Por outro lado, não dá pra ver anjos nessa história. Se o Governo já tomou um nas costas no caso da CRP, por que insistiu na mesma "linha burra" para garantir a Condecine? A única certeza, por enquanto, é que o Fistel ficou bem mais barato para as teles. Para se ter uma ideia, em 2014 as teles recolheram mais de R$ 700 milhões de Condecine, o que representou 90% da receita da Ancine. A entidade agora reclama da ação na Justiça, mas também não deixa claro porque pediu aumento de 28,5%, se apenas um terço da verba que arrecadou está alocado em ações de apoio ao audiovisual. Mais uma vez, cadê os anjos!?

LEVANDO 3 GANHA UM BÔNUS


Já que as teles entendem tanto de impostos, por que não agir em favor da finalidade tributária? O propósito original dos fundos de telecomunicações (Fistel e Fust) é aplicar em programas de inclusão digital ou em políticas de universalização de serviços de telecomunicações. É a área de negócio delas. A popularização da tecnologia Ginga pode propiciar esses benefícios, principalmente a partir das aplicações interativas voltadas para a população de baixa renda. No entanto, o que se vê é as teles "fazendo beiço" a cada vez que se fala no Ginga, o software brasileiro que transforma os set-top boxes (conversores digitais) na mais poderosa ferramenta de inclusão digital em massa para um país como o Brasil.

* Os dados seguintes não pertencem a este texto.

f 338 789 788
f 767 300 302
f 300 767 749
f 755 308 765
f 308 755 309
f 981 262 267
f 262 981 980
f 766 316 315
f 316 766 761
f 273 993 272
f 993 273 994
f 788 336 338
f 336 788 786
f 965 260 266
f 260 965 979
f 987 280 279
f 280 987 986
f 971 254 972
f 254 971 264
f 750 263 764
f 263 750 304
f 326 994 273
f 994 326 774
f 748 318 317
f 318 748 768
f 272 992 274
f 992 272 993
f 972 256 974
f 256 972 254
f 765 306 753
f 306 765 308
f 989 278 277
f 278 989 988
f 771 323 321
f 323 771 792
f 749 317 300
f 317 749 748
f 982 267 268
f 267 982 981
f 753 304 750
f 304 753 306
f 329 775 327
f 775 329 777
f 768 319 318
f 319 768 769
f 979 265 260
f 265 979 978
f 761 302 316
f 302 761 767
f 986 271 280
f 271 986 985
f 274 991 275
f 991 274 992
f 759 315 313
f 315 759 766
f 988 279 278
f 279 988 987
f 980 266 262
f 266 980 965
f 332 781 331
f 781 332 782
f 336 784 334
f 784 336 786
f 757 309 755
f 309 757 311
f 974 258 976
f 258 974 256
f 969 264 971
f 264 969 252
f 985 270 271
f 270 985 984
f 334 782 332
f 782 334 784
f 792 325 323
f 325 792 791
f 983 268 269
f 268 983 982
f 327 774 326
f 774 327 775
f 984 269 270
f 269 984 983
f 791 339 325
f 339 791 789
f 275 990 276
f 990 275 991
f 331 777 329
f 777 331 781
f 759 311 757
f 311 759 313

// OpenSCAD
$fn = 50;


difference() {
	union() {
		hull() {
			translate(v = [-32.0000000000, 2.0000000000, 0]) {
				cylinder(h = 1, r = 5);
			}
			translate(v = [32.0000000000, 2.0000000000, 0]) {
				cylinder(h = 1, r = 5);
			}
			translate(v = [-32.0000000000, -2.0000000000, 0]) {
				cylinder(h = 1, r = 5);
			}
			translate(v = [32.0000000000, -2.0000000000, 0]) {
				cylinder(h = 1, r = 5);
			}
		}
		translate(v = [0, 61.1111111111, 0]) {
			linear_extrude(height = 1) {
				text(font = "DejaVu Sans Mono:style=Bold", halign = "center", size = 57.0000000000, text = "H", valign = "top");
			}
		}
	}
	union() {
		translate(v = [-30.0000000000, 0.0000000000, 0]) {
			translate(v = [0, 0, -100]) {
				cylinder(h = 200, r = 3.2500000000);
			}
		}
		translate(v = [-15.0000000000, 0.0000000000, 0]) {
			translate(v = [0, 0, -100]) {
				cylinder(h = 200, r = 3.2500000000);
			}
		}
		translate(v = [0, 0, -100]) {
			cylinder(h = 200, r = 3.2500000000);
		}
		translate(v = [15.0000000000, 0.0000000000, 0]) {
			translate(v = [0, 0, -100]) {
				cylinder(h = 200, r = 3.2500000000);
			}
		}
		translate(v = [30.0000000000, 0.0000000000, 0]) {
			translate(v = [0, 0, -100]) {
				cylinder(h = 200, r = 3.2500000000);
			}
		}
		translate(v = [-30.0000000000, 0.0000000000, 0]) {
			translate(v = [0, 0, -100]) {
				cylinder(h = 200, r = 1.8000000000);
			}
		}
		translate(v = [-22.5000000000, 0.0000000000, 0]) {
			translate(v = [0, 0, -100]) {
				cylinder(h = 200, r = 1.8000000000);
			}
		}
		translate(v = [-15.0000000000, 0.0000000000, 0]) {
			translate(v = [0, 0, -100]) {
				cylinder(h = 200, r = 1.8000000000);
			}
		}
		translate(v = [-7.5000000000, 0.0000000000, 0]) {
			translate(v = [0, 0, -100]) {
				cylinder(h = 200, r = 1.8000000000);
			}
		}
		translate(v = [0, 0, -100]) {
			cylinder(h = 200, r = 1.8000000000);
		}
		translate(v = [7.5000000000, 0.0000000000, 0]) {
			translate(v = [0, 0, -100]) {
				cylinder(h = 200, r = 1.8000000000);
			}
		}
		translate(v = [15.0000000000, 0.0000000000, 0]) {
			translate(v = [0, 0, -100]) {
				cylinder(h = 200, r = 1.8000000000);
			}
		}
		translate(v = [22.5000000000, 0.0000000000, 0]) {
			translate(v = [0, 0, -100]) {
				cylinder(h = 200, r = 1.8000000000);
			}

Depois do leilão da faixa adicional para a Internet móvel as teles assumiram, como compensação, apoiar as famílias de baixa renda a acessarem a TV digital. Um investimento que passa de R$ 3 bilhões. Nesse caso não tem nada a ver com imposto, foi um compromisso assumido no edital do leilão, que passou a incluir a popularização do Ginga. Porém, agora reclamam dos custos que essa obrigação pode representar por causa da alta do dólar.

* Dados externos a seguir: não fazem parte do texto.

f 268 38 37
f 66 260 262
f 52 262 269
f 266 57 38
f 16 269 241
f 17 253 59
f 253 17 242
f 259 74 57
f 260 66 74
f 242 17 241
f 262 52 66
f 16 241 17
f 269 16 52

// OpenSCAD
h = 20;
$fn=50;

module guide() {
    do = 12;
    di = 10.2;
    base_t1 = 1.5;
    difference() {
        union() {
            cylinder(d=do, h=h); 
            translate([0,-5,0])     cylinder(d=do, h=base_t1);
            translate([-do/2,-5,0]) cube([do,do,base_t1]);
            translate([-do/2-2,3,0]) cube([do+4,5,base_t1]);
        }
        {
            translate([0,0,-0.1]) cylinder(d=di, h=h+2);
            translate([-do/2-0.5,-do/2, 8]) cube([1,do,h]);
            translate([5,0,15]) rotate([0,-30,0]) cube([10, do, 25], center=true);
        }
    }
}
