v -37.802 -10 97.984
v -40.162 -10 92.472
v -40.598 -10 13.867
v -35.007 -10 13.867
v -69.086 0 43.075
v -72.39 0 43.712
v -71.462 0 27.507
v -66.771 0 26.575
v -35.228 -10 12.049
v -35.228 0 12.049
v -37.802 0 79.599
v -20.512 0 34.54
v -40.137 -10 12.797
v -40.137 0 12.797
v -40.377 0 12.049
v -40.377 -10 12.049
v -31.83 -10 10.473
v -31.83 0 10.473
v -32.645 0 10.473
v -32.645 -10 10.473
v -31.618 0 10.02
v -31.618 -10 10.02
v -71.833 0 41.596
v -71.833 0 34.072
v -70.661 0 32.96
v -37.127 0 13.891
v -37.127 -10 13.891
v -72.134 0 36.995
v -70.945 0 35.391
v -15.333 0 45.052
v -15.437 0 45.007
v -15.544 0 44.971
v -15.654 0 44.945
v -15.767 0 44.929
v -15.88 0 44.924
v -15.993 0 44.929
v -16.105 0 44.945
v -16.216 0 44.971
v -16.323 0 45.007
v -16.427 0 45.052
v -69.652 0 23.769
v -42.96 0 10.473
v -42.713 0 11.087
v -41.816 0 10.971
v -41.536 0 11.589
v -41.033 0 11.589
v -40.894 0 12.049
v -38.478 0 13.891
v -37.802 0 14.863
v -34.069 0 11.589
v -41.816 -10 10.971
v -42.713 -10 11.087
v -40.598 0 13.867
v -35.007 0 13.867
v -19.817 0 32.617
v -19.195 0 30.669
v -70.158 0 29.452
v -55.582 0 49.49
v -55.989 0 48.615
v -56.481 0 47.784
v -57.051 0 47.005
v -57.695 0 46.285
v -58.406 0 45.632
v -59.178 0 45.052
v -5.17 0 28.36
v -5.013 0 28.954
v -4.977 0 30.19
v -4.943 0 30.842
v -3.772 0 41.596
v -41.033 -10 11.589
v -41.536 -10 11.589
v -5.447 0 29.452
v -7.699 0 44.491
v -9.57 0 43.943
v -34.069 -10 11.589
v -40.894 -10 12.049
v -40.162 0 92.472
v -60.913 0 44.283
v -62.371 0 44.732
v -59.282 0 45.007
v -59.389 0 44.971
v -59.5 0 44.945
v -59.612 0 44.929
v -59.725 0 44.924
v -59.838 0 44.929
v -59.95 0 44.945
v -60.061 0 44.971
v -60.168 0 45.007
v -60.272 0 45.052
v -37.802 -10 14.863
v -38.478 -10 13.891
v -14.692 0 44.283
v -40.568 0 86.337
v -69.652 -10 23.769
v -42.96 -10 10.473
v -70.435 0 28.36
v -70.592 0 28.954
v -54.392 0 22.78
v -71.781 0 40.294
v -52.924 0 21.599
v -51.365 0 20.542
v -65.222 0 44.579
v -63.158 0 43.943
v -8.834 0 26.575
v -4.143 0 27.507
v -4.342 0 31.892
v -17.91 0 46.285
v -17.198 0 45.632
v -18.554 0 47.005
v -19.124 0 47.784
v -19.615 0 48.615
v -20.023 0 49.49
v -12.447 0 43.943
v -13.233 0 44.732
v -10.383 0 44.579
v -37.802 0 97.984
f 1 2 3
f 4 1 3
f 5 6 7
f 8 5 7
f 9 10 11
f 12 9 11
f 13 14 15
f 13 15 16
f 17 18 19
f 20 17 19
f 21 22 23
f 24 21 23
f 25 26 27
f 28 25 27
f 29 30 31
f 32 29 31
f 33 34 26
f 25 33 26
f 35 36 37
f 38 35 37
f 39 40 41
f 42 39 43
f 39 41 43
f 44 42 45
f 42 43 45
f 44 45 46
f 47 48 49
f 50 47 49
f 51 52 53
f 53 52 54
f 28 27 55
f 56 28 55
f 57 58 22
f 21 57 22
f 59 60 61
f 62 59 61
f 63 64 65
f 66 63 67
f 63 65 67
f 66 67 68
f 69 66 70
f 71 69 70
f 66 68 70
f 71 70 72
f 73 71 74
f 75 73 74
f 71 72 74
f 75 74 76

Maior contradição que essa só a "doação" de mais de R$ 100 milhões que o governo acaba de conceder às teles. O Ministério das Comunicações autorizou o adiamento, por um ano, do pagamento do valor que as teles teriam que depositar até o final de janeiro para a compensação assumida no leilão. O valor é de R$ 1,1 bilhão, que não terá qualquer acréscimo ou correção pelo adiamento. Na inflação que estamos vivendo, no mínimo R$ 100 milhões vão parar no fundo da rede, bem ao lado da garrafinha de água.